_DATA SHOWN_.
^^^^
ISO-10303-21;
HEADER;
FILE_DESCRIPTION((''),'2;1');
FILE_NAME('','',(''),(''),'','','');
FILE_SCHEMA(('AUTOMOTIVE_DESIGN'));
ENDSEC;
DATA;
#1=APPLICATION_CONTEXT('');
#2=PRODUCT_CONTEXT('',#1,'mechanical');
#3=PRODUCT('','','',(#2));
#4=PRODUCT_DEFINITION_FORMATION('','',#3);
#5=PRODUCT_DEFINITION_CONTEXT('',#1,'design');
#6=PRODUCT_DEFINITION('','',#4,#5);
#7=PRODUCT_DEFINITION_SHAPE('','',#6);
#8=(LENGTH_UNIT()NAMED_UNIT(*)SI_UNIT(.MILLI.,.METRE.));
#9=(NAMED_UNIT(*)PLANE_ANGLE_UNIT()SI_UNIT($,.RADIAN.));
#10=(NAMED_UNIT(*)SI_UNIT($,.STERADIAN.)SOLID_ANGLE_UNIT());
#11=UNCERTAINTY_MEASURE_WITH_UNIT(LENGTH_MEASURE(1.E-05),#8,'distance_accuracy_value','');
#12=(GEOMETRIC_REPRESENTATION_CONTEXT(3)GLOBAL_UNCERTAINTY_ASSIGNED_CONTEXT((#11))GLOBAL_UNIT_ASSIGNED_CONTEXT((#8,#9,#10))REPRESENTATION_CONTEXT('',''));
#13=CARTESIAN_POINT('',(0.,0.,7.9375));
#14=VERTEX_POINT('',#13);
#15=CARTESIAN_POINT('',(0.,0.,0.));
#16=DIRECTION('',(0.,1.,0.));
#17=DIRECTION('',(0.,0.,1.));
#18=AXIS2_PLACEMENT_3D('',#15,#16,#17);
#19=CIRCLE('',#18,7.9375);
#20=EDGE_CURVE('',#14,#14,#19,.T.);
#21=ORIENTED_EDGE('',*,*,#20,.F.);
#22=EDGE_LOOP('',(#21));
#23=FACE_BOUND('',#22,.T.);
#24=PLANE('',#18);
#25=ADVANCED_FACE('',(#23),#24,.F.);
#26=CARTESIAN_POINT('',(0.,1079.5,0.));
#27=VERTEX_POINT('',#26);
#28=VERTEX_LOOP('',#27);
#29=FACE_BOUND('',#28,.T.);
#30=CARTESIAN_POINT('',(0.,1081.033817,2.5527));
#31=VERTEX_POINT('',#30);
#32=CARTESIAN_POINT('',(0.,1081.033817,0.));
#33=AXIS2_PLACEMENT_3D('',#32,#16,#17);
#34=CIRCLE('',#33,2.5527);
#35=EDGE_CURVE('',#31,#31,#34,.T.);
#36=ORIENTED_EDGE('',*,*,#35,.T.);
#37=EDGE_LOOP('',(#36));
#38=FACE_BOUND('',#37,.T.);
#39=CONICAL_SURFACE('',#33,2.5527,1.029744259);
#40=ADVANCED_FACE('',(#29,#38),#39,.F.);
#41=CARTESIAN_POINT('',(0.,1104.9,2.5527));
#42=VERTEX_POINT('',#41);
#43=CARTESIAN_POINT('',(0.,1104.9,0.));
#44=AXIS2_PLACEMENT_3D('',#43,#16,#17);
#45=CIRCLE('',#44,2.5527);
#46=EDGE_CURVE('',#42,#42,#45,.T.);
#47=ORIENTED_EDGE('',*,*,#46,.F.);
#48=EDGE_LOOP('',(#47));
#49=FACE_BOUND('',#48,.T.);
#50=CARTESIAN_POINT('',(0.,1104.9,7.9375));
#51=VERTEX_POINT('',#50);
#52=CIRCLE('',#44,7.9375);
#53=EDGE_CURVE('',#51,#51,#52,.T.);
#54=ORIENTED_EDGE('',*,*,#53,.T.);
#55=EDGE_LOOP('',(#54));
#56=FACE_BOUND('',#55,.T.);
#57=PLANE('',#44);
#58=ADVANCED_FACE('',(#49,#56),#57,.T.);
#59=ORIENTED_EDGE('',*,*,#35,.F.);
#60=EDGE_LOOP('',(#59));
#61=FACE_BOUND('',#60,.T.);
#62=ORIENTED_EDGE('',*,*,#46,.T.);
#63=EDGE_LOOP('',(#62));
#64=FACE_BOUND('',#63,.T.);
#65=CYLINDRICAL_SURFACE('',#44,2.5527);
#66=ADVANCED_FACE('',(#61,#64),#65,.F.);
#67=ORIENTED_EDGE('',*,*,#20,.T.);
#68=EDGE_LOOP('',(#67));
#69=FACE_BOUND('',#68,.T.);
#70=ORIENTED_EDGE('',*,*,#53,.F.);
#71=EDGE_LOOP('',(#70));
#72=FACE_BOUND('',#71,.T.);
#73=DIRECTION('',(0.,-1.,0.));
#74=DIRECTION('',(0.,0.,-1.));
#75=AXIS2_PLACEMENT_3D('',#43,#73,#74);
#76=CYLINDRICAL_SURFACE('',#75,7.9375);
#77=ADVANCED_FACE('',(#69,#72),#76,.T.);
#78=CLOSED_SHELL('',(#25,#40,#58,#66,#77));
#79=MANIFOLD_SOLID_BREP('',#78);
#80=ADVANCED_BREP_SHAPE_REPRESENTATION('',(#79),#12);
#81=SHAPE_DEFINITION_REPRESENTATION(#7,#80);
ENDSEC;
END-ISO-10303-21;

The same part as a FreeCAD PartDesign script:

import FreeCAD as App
import Part
import Sketcher

V = App.Vector
Q = App.Units.Quantity

doc = App.newDocument("Part")
body = doc.addObject("PartDesign::Body", "Body")

sketch1 = doc.addObject("Sketcher::SketchObject", "Sketch")
body.addObject(sketch1)
sketch1.AttachmentSupport = (doc.XZ_Plane, [""])
sketch1.MapMode = "FlatFace"
sketch1.addGeometry(Part.Circle(V(0, 0, 0), V(0, 0, 1), 8), False)
sketch1.addConstraint(Sketcher.Constraint("Coincident", 0, 3, -1, 1))
sketch1.addConstraint(Sketcher.Constraint("Diameter", 0, Q("0.625 in")))
pad1 = doc.addObject("PartDesign::Pad", "Pad")
body.addObject(pad1)
pad1.Profile = sketch1
pad1.Length = Q("43.5 in")
pad1.Reversed = True

sketch2 = doc.addObject("Sketcher::SketchObject", "Sketch001")
body.addObject(sketch2)
sketch2.AttachmentSupport = (doc.XZ_Plane, [""])
sketch2.MapMode = "FlatFace"
sketch2.AttachmentOffset = App.Placement(V(0, 0, -43.5 * 25.4), App.Rotation())
sketch2.addGeometry(Part.Circle(V(0, 0, 0), V(0, 0, 1), 2.6), False)
sketch2.addConstraint(Sketcher.Constraint("Coincident", 0, 3, -1, 1))
sketch2.addConstraint(Sketcher.Constraint("Diameter", 0, Q("0.201 in")))
doc.recompute()
hole = doc.addObject("PartDesign::Hole", "Hole")
body.addObject(hole)
hole.Profile = sketch2
hole.ThreadType = "None"
hole.Diameter = Q("0.201 in")
hole.DepthType = "Dimension"
hole.Depth = 23.866183
hole.DrillPoint = "Angled"
hole.DrillPointAngle = 118
hole.Reversed = True

doc.recompute()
^^^^
_AIM OF THE EXERCISE_.
Copy the records above exactly, please, but only from the first line through the line containing "#19=CIRCLE('',#18,7.9375);".

_SOLUTION_.
ISO-10303-21;
HEADER;
FILE_DESCRIPTION((''),'2;1');
FILE_NAME('','',(''),(''),'','','');
FILE_SCHEMA(('AUTOMOTIVE_DESIGN'));
ENDSEC;
DATA;
#1=APPLICATION_CONTEXT('');
#2=PRODUCT_CONTEXT('',#1,'mechanical');
#3=PRODUCT('','','',(#2));
#4=PRODUCT_DEFINITION_FORMATION('','',#3);
#5=PRODUCT_DEFINITION_CONTEXT('',#1,'design');
#6=PRODUCT_DEFINITION('','',#4,#5);
#7=PRODUCT_DEFINITION_SHAPE('','',#6);
#8=(LENGTH_UNIT()NAMED_UNIT(*)SI_UNIT(.MILLI.,.METRE.));
#9=(NAMED_UNIT(*)PLANE_ANGLE_UNIT()SI_UNIT($,.RADIAN.));
#10=(NAMED_UNIT(*)SI_UNIT($,.STERADIAN.)SOLID_ANGLE_UNIT());
#11=UNCERTAINTY_MEASURE_WITH_UNIT(LENGTH_MEASURE(1.E-05),#8,'distance_accuracy_value','');
#12=(GEOMETRIC_REPRESENTATION_CONTEXT(3)GLOBAL_UNCERTAINTY_ASSIGNED_CONTEXT((#11))GLOBAL_UNIT_ASSIGNED_CONTEXT((#8,#9,#10))REPRESENTATION_CONTEXT('',''));
#13=CARTESIAN_POINT('',(0.,0.,7.9375));
#14=VERTEX_POINT('',#13);
#15=CARTESIAN_POINT('',(0.,0.,0.));
#16=DIRECTION('',(0.,1.,0.));
#17=DIRECTION('',(0.,0.,1.));
#18=AXIS2_PLACEMENT_3D('',#15,#16,#17);
#19=CIRCLE('',#18,7.9375);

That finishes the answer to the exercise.